#### [Data to examine]
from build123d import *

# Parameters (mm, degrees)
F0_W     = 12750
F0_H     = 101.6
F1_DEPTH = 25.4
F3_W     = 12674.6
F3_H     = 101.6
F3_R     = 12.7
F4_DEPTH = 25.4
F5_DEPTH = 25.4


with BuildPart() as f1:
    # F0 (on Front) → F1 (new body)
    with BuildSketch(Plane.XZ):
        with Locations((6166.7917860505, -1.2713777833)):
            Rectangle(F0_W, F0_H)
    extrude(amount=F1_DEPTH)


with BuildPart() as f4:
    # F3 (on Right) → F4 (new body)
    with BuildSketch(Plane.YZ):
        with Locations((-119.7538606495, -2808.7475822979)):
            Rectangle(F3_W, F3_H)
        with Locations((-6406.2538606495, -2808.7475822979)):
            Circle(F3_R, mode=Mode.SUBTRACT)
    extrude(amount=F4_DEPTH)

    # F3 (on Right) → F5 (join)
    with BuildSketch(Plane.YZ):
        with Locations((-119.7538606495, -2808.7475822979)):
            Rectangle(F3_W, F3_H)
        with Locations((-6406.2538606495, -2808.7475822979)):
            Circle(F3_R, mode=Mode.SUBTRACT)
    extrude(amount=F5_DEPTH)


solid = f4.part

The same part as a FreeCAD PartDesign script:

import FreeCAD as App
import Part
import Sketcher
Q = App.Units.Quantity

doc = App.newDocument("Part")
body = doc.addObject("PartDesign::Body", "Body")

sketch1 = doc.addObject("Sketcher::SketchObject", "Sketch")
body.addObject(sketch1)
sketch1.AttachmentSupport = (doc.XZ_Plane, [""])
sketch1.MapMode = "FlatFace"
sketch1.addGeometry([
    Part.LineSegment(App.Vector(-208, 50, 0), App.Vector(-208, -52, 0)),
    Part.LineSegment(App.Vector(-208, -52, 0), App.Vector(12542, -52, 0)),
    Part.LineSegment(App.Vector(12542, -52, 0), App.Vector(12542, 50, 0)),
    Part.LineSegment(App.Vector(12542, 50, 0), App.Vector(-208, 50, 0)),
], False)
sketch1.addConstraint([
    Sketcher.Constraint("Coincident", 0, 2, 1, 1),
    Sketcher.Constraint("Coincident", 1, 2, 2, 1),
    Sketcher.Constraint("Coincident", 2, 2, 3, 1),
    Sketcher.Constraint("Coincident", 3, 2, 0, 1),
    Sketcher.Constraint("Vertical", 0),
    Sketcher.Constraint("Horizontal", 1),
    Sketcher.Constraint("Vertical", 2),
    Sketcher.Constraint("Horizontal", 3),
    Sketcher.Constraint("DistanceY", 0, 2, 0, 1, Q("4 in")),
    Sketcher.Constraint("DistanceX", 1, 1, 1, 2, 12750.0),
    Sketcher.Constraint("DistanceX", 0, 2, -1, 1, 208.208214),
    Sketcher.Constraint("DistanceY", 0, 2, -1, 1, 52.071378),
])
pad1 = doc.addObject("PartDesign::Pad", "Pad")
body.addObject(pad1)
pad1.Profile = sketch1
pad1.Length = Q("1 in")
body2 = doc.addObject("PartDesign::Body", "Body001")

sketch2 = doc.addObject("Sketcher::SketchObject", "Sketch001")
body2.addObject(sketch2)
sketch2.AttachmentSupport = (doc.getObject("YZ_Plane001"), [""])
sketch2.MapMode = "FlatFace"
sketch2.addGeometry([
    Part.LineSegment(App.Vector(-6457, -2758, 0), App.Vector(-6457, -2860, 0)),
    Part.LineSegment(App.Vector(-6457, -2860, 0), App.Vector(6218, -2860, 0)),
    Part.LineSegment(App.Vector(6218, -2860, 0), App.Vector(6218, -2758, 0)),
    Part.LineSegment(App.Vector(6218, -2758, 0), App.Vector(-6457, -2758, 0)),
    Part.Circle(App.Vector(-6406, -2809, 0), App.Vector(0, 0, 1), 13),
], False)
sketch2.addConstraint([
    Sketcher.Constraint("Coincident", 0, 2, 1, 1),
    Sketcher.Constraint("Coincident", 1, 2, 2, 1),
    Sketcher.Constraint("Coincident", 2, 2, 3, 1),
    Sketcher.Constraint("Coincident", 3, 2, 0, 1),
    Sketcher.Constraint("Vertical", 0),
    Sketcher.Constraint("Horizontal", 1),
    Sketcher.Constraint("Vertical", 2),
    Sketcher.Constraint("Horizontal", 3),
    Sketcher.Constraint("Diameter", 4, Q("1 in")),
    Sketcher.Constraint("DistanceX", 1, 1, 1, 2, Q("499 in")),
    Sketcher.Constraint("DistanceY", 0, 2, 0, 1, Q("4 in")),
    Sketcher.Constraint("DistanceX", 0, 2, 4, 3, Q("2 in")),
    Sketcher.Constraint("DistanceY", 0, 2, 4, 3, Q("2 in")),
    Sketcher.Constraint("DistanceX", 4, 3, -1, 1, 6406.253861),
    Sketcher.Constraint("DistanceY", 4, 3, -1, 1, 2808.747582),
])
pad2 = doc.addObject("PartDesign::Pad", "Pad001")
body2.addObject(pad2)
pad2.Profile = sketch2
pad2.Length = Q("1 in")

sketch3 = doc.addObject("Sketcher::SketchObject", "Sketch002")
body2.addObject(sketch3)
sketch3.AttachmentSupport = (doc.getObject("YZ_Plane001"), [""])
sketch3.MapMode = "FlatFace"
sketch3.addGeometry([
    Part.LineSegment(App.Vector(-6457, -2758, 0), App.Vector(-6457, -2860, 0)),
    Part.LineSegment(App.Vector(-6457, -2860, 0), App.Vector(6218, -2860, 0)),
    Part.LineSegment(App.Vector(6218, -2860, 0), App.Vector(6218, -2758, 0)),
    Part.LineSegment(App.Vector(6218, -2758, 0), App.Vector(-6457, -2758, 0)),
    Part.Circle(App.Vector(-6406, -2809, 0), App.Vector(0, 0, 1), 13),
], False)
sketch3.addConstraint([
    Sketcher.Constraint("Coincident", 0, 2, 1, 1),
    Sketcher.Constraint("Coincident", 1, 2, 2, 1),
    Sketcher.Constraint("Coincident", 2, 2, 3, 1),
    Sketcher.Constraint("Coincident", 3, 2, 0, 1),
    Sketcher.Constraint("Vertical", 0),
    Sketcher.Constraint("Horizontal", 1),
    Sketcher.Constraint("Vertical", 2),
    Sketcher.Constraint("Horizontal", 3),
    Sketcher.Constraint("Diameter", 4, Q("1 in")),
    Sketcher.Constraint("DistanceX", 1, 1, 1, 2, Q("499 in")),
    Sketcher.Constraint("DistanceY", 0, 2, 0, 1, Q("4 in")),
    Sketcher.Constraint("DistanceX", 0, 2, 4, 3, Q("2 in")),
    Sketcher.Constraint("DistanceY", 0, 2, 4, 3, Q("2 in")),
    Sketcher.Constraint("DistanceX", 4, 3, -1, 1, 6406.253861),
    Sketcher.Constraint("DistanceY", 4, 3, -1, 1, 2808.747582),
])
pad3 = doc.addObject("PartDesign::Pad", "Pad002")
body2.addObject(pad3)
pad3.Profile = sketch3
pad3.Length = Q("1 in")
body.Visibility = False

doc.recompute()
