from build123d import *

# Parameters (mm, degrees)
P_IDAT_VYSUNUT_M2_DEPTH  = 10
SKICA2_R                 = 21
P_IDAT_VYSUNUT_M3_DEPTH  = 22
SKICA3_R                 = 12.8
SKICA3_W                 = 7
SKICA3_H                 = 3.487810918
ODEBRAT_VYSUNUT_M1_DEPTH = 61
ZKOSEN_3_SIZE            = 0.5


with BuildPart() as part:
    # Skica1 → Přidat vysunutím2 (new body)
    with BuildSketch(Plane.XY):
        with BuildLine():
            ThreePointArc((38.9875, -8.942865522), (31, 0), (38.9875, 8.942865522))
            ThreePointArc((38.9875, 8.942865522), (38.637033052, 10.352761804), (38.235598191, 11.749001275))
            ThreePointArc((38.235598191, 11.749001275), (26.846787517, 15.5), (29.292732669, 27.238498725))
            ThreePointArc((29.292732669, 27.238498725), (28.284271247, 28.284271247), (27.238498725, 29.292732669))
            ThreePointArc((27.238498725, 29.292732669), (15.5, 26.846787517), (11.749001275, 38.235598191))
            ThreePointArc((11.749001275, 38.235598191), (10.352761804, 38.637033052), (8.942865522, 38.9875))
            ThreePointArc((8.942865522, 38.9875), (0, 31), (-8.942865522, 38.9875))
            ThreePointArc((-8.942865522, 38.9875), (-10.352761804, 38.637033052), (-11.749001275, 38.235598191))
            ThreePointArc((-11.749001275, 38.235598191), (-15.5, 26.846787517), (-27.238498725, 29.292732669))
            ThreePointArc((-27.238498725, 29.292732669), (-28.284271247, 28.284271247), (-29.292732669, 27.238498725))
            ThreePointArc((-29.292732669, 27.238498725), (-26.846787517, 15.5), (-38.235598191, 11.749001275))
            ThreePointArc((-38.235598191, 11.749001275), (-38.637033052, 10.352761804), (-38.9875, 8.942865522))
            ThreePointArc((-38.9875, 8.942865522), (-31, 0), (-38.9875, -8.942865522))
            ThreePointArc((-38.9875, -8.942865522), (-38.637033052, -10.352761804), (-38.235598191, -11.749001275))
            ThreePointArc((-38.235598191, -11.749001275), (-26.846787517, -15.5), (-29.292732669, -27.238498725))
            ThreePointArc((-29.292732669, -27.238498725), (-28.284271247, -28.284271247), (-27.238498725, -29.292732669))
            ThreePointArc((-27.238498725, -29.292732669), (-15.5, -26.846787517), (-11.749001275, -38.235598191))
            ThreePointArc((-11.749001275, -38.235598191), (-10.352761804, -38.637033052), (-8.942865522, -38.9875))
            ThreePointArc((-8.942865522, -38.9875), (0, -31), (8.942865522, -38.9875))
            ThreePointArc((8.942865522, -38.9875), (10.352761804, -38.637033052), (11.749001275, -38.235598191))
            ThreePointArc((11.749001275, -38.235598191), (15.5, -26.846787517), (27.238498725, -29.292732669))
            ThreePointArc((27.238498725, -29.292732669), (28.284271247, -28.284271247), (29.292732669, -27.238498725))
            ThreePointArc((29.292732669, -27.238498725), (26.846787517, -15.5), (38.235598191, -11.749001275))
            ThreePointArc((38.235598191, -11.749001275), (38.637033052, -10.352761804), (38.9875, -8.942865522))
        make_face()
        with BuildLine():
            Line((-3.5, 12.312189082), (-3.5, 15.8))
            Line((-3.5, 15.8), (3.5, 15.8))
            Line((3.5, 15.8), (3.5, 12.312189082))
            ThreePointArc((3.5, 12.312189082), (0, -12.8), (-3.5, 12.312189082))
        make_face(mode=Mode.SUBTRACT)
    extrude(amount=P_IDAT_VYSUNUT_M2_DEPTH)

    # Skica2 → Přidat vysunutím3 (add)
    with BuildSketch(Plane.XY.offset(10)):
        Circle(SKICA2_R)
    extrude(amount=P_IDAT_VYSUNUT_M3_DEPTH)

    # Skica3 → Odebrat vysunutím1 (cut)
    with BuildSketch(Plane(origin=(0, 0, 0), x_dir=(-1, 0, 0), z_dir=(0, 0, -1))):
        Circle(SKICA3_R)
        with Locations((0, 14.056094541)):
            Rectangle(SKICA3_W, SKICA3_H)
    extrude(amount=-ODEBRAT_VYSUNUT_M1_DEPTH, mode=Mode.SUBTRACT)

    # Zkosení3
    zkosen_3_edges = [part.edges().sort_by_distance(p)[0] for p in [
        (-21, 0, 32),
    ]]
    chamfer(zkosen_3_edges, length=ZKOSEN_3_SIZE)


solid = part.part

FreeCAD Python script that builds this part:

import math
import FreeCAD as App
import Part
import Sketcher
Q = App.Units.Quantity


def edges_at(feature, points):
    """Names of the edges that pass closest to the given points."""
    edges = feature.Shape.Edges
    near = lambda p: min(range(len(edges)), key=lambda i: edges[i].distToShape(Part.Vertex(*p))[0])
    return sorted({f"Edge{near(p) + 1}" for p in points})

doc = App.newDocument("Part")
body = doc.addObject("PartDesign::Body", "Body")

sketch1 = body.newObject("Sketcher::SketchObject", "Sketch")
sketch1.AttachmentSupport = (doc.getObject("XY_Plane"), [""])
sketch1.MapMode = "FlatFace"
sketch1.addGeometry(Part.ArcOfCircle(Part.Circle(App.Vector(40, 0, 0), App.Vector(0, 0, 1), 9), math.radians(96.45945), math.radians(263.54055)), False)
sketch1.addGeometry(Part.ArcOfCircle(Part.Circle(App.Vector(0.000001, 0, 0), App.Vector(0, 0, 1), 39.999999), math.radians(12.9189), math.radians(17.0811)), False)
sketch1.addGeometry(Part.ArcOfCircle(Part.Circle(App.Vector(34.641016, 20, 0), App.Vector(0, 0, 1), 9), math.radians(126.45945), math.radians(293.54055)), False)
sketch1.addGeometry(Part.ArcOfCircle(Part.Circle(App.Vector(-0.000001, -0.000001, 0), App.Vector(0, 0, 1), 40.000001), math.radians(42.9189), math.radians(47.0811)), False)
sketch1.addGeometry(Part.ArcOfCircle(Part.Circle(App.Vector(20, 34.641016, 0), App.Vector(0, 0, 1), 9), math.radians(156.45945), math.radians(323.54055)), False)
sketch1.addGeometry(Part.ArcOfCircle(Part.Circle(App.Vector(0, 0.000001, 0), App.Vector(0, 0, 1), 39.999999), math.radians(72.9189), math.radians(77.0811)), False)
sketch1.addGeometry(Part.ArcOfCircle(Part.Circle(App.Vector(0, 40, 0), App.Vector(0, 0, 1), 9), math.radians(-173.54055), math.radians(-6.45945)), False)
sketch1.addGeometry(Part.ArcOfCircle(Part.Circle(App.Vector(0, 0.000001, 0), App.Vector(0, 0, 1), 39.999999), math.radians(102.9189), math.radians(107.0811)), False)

#### [Task brief]
Return the span of lines in the data above that opens at the line with "extrude(amount=P_IDAT_VYSUNUT_M3_DEPTH)" and closes at the line with "FreeCAD Python script", exactly, ends included, nothing else.

#### [Result of the task]
    extrude(amount=P_IDAT_VYSUNUT_M3_DEPTH)

    # Skica3 → Odebrat vysunutím1 (cut)
    with BuildSketch(Plane(origin=(0, 0, 0), x_dir=(-1, 0, 0), z_dir=(0, 0, -1))):
        Circle(SKICA3_R)
        with Locations((0, 14.056094541)):
            Rectangle(SKICA3_W, SKICA3_H)
    extrude(amount=-ODEBRAT_VYSUNUT_M1_DEPTH, mode=Mode.SUBTRACT)

    # Zkosení3
    zkosen_3_edges = [part.edges().sort_by_distance(p)[0] for p in [
        (-21, 0, 32),
    ]]
    chamfer(zkosen_3_edges, length=ZKOSEN_3_SIZE)


solid = part.part

FreeCAD Python script that builds this part:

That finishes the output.